Whom among you knew that a 221-pound, 999.99/1000 purity-rate solid gold coin existed in this world?
Seems a group of thieves broke into the Bode museum in Berlin, Germany in the middle of the night, said police. The law enforcement officers said the culprits broke through a window and carried the big one down a ladder that was found nearby.
“The huge coin, which has a diameter of 20.9 inches and features a portrait of Queen Elizabeth II, has a face value of $750,000, but it would be worth almost $4.5 million at market prices due to its weight,” said police spokesperson Stefan Peterson.
Now, I have some questions about this crime. One, why, to use one of fellow journalist Mark Hinson's phrases, in the pluperfect hell did the museum not have security systems in place broad enough to avoid such a situation?
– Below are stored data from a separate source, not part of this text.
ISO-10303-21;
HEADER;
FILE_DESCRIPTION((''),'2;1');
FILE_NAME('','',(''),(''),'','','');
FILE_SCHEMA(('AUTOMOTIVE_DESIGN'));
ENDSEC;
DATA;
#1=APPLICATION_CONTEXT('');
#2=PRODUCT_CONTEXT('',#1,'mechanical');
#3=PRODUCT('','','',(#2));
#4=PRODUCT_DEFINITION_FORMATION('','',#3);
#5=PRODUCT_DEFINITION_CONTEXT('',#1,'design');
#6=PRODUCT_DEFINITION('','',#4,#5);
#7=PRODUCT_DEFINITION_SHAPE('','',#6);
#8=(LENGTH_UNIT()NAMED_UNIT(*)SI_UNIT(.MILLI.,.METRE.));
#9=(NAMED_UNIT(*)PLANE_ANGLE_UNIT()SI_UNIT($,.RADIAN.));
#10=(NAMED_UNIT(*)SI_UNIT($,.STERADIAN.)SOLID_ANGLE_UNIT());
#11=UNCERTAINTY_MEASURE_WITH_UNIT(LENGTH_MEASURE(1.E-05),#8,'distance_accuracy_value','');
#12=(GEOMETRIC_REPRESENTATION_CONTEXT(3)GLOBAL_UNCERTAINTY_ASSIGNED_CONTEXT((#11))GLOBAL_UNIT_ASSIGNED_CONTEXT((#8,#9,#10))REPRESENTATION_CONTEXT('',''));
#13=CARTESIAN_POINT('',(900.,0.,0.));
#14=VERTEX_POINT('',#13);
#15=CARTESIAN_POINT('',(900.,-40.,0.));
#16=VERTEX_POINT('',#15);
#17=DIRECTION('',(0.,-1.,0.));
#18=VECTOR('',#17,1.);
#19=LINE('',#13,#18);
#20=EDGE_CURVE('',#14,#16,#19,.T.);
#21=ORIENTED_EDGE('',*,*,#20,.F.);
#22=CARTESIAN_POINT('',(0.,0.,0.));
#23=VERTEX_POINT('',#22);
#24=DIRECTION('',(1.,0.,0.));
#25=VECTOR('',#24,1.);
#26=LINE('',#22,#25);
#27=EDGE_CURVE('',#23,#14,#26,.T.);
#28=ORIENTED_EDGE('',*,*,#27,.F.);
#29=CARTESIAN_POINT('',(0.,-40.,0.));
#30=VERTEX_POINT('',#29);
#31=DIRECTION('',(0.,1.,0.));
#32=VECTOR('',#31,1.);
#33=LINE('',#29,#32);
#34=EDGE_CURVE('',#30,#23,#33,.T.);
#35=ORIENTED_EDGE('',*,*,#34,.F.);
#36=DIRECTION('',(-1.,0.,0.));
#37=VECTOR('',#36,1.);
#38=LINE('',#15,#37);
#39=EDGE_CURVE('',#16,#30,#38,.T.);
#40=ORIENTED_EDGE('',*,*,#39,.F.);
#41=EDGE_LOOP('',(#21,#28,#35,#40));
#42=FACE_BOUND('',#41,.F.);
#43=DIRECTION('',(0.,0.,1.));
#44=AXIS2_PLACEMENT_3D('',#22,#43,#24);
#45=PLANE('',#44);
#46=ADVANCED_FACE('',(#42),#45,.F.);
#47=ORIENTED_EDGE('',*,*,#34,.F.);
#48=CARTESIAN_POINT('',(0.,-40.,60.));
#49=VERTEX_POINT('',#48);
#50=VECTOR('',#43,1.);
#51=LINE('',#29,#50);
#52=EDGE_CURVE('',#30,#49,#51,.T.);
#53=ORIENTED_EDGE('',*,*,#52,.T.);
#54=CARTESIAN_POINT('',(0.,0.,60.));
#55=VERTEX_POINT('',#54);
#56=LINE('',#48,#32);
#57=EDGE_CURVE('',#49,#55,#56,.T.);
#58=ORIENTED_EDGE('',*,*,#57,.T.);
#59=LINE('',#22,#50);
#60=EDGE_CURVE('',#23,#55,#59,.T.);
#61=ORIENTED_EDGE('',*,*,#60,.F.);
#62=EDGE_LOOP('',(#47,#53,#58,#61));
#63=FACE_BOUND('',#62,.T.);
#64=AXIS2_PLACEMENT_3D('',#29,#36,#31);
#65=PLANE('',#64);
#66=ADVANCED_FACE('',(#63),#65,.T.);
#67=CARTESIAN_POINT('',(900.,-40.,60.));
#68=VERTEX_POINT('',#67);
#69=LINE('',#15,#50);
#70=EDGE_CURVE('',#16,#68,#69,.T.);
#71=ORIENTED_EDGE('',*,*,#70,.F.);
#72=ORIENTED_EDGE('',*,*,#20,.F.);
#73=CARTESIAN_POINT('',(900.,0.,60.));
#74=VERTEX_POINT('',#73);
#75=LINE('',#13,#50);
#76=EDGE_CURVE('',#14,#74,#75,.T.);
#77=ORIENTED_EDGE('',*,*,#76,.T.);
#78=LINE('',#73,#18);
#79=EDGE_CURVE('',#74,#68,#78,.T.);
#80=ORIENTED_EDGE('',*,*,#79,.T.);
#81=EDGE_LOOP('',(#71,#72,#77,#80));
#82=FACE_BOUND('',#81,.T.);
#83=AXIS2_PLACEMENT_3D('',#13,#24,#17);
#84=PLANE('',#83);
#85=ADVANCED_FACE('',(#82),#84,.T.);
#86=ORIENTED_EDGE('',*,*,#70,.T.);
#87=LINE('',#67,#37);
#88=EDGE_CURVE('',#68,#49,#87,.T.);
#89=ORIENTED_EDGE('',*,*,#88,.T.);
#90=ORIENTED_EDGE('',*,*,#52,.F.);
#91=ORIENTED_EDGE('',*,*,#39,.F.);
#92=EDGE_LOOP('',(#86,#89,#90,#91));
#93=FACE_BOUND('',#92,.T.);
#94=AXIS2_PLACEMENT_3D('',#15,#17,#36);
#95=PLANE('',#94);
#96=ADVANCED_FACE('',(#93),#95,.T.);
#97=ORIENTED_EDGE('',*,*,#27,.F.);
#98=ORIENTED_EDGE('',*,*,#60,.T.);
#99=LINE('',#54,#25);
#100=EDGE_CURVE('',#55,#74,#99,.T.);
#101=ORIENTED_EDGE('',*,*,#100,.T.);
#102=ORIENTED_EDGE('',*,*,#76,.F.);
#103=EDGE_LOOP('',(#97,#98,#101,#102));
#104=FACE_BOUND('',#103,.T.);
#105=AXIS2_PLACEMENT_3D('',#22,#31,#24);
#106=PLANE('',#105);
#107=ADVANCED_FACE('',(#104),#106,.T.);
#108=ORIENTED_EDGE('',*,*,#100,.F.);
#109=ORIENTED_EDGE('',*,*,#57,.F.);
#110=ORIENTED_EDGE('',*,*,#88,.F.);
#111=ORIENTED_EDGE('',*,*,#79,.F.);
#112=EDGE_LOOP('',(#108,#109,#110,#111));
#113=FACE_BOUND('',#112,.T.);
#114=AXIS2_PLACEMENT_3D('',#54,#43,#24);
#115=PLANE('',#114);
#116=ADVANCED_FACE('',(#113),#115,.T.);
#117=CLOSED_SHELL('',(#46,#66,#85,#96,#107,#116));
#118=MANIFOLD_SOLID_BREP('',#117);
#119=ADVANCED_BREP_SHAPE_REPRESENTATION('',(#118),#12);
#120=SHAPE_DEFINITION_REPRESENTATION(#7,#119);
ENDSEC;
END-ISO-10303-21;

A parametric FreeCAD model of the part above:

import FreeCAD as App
import Part
import Sketcher
Q = App.Units.Quantity

doc = App.newDocument("Part")
body = doc.addObject("PartDesign::Body", "Body")

sketch1 = doc.addObject("Sketcher::SketchObject", "Sketch")
body.addObject(sketch1)
sketch1.AttachmentSupport = (doc.XY_Plane, [""])
sketch1.MapMode = "FlatFace"
sketch1.addGeometry([
    Part.LineSegment(App.Vector(900, 0, 0), App.Vector(0, 0, 0)),
    Part.LineSegment(App.Vector(0, 0, 0), App.Vector(0, -40, 0)),
    Part.LineSegment(App.Vector(0, -40, 0), App.Vector(900, -40, 0)),
    Part.LineSegment(App.Vector(900, -40, 0), App.Vector(900, 0, 0)),
], False)
sketch1.addConstraint([
    Sketcher.Constraint("Coincident", 0, 2, 1, 1),
    Sketcher.Constraint("Coincident", 1, 2, 2, 1),
    Sketcher.Constraint("Coincident", 2, 2, 3, 1),
    Sketcher.Constraint("Coincident", 3, 2, 0, 1),
    Sketcher.Constraint("Horizontal", 0),
    Sketcher.Constraint("Vertical", 1),
    Sketcher.Constraint("Horizontal", 2),
    Sketcher.Constraint("Vertical", 3),
    Sketcher.Constraint("Coincident", 0, 2, -1, 1),
    Sketcher.Constraint("DistanceX", 0, 2, 0, 1, Q("900 mm")),
    Sketcher.Constraint("DistanceY", 1, 2, 1, 1, Q("40 mm")),
])
pad1 = doc.addObject("PartDesign::Pad", "Pad")
body.addObject(pad1)
pad1.Profile = sketch1
pad1.Length = 60

doc.recompute()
A reasonable mind would begin to compare the crime to a similar story featured in the movie, Topkapi. That movie describes an unlikely theme of a museum within the Topkapi Palace in Istanbul, Turkey. The perpetrators came in through the glass ceiling light, which did not have an alarm, avoided the motion floor lights by hovering over domed figures and other statuary and escaping the building undetected. I've always thought they must have had an inside source who gave them the specific expertise needed.
Secondly, my question would be, why did Berlin have this piece, which in my opinion should be a national source of pride for Great Britain instead.
Thirdly, I figure that if Ms. Markel's German police can't find out 'who dunnit' and bring them to justice, there will be heck to pay by someone who decided this theft would be better represented by the movie, Goldfinger.